SUPPLIED DATA below:

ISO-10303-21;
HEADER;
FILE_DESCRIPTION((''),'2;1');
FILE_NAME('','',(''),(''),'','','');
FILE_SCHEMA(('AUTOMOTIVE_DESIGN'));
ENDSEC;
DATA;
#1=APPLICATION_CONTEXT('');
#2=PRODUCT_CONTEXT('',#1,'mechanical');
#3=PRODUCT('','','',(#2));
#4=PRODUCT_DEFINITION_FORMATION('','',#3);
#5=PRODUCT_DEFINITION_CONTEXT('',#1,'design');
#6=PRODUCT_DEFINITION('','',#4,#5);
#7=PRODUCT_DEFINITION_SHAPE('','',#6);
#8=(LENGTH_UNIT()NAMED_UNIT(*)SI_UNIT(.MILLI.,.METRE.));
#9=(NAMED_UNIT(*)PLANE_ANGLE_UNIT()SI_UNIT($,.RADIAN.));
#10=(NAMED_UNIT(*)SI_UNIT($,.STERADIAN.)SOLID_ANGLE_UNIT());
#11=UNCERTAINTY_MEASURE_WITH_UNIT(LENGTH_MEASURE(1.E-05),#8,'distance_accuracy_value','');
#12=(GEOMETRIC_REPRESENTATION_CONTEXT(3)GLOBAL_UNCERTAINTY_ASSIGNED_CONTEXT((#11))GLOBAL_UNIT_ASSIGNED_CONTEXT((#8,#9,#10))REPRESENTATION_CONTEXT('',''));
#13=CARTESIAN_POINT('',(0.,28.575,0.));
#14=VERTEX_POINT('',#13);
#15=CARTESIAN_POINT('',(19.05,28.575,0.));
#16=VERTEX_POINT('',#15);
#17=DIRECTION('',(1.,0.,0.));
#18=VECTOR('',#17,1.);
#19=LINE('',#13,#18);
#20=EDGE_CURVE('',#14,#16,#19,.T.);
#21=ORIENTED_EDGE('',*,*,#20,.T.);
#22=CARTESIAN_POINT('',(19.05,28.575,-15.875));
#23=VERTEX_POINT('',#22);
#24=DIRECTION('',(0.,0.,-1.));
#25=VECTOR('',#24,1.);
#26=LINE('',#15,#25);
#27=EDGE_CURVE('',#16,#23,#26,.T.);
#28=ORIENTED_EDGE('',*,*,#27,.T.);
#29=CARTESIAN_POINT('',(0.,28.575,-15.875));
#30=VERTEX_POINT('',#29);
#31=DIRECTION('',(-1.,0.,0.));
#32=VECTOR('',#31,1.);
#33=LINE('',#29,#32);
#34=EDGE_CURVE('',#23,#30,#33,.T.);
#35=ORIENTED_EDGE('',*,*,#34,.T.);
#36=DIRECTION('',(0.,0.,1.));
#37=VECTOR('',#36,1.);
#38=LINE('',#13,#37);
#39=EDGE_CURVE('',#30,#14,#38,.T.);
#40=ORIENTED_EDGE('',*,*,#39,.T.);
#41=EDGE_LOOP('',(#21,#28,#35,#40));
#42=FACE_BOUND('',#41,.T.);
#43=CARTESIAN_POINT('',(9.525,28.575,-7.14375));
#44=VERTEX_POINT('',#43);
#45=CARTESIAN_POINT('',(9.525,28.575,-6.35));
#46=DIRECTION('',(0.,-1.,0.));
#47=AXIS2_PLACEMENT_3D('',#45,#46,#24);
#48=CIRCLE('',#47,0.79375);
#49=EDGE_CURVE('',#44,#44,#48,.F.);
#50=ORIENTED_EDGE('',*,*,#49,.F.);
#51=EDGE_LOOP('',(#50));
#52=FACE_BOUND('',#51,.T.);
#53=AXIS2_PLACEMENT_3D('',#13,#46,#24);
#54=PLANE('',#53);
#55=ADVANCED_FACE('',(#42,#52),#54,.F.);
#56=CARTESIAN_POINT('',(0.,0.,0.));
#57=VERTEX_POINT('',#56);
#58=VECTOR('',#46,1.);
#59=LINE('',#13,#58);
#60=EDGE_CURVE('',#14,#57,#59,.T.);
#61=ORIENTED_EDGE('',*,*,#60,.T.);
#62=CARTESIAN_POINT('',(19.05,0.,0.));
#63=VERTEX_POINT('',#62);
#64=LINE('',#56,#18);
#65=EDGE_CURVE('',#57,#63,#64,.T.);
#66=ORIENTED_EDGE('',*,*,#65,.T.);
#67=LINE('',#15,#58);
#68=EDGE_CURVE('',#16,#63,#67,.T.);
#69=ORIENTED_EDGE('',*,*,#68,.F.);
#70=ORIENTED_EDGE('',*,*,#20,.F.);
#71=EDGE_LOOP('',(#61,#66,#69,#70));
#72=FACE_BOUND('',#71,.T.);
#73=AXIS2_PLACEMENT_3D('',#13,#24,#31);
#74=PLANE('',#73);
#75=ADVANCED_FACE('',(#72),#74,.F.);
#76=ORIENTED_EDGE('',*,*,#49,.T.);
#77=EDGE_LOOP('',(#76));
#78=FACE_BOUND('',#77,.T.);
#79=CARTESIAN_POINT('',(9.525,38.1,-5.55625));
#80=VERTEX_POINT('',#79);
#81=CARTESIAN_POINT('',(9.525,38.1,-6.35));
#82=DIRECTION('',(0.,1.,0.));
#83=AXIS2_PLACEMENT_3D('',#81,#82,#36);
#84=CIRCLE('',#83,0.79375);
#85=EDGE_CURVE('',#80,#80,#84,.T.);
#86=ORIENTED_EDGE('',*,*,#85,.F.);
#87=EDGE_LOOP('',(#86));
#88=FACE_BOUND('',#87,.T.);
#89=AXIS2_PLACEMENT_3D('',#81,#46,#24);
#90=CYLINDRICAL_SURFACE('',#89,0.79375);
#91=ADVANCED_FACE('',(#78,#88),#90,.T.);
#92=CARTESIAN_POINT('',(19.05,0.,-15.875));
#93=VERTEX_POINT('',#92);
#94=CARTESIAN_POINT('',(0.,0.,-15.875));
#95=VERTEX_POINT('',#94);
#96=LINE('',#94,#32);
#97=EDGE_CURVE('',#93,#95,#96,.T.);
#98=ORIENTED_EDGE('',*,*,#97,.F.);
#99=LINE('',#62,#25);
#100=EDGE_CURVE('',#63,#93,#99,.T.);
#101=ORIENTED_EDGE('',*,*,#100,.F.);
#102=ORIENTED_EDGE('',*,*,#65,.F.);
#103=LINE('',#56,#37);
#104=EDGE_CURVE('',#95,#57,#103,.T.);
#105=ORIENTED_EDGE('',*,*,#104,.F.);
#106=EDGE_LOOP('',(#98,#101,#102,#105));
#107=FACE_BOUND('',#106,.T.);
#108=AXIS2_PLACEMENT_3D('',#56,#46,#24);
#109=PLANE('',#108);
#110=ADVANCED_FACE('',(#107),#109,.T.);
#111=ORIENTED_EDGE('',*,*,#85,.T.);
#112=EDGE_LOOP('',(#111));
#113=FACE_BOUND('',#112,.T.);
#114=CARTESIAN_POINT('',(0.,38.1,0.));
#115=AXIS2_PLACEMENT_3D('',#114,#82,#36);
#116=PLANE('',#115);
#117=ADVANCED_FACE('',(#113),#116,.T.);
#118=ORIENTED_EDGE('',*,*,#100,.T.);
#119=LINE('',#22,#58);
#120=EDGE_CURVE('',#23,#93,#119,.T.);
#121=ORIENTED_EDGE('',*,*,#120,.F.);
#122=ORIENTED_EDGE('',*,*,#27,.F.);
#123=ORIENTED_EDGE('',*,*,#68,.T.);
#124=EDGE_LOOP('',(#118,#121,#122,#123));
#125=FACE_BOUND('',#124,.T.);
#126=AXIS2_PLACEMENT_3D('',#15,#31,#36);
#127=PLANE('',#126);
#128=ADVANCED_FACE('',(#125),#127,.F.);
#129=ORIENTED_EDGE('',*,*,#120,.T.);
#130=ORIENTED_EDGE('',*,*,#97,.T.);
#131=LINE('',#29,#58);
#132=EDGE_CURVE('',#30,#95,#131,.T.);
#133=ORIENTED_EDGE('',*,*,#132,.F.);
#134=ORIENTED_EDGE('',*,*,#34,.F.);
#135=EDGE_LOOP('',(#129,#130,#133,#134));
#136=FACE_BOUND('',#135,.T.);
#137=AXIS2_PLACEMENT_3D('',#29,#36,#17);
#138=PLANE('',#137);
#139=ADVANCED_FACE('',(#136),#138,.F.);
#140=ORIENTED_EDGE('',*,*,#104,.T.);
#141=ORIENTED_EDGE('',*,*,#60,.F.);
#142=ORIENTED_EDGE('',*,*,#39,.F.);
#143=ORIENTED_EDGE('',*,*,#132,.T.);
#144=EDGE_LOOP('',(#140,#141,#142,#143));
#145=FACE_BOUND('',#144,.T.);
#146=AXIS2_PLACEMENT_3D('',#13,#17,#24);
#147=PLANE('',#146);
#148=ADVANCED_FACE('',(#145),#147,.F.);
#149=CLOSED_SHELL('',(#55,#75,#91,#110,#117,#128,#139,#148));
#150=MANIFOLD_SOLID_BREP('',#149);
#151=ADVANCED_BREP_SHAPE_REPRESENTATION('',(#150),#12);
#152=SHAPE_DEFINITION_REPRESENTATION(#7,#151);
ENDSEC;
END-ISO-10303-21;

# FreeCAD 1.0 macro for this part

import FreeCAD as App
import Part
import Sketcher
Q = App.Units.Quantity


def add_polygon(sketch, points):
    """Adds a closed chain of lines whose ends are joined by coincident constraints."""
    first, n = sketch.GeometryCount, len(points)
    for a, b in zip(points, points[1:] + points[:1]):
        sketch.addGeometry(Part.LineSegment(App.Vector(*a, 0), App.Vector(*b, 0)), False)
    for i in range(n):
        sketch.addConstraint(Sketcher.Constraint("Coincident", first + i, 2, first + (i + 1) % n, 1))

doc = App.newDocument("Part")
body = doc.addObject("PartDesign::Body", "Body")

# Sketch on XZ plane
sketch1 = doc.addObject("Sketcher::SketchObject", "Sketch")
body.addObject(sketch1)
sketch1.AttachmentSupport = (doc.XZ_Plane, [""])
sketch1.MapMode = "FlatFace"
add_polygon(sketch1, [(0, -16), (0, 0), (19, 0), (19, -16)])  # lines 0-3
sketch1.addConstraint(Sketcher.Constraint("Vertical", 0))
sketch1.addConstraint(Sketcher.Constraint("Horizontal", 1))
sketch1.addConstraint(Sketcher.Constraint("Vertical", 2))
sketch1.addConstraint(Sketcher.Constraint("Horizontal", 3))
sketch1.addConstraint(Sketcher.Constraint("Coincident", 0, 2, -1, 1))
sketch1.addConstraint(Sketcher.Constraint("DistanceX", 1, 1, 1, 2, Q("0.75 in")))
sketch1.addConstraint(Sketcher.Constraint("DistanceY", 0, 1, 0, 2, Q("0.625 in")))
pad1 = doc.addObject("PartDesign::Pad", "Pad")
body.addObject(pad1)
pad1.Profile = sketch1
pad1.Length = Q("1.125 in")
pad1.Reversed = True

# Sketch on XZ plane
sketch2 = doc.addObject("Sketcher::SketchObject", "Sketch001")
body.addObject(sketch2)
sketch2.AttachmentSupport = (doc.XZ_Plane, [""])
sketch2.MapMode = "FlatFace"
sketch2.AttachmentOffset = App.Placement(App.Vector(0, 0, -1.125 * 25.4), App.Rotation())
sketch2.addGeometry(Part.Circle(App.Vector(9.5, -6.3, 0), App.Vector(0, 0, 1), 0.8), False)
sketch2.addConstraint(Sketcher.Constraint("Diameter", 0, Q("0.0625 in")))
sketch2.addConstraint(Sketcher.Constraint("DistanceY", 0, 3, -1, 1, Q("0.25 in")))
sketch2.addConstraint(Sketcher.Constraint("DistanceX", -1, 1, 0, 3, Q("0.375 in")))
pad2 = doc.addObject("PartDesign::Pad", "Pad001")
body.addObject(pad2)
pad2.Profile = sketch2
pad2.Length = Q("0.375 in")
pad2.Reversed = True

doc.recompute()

End of SUPPLIED DATA.

§ **WORK INSTRUCTION**: What you return must be an exact retyping of the lines above starting at the line with "#122=ORIENTED_EDGE('',*,*,#27,.F.);" and ending at the line with "#146=AXIS2_PLACEMENT_3D('',#13,#17,#24);", and nothing besides.

§ **ANSWER TO THIS EXERCISE**:
#122=ORIENTED_EDGE('',*,*,#27,.F.);
#123=ORIENTED_EDGE('',*,*,#68,.T.);
#124=EDGE_LOOP('',(#118,#121,#122,#123));
#125=FACE_BOUND('',#124,.T.);
#126=AXIS2_PLACEMENT_3D('',#15,#31,#36);
#127=PLANE('',#126);
#128=ADVANCED_FACE('',(#125),#127,.F.);
#129=ORIENTED_EDGE('',*,*,#120,.T.);
#130=ORIENTED_EDGE('',*,*,#97,.T.);
#131=LINE('',#29,#58);
#132=EDGE_CURVE('',#30,#95,#131,.T.);
#133=ORIENTED_EDGE('',*,*,#132,.F.);
#134=ORIENTED_EDGE('',*,*,#34,.F.);
#135=EDGE_LOOP('',(#129,#130,#133,#134));
#136=FACE_BOUND('',#135,.T.);
#137=AXIS2_PLACEMENT_3D('',#29,#36,#17);
#138=PLANE('',#137);
#139=ADVANCED_FACE('',(#136),#138,.F.);
#140=ORIENTED_EDGE('',*,*,#104,.T.);
#141=ORIENTED_EDGE('',*,*,#60,.F.);
#142=ORIENTED_EDGE('',*,*,#39,.F.);
#143=ORIENTED_EDGE('',*,*,#132,.T.);
#144=EDGE_LOOP('',(#140,#141,#142,#143));
#145=FACE_BOUND('',#144,.T.);
#146=AXIS2_PLACEMENT_3D('',#13,#17,#24);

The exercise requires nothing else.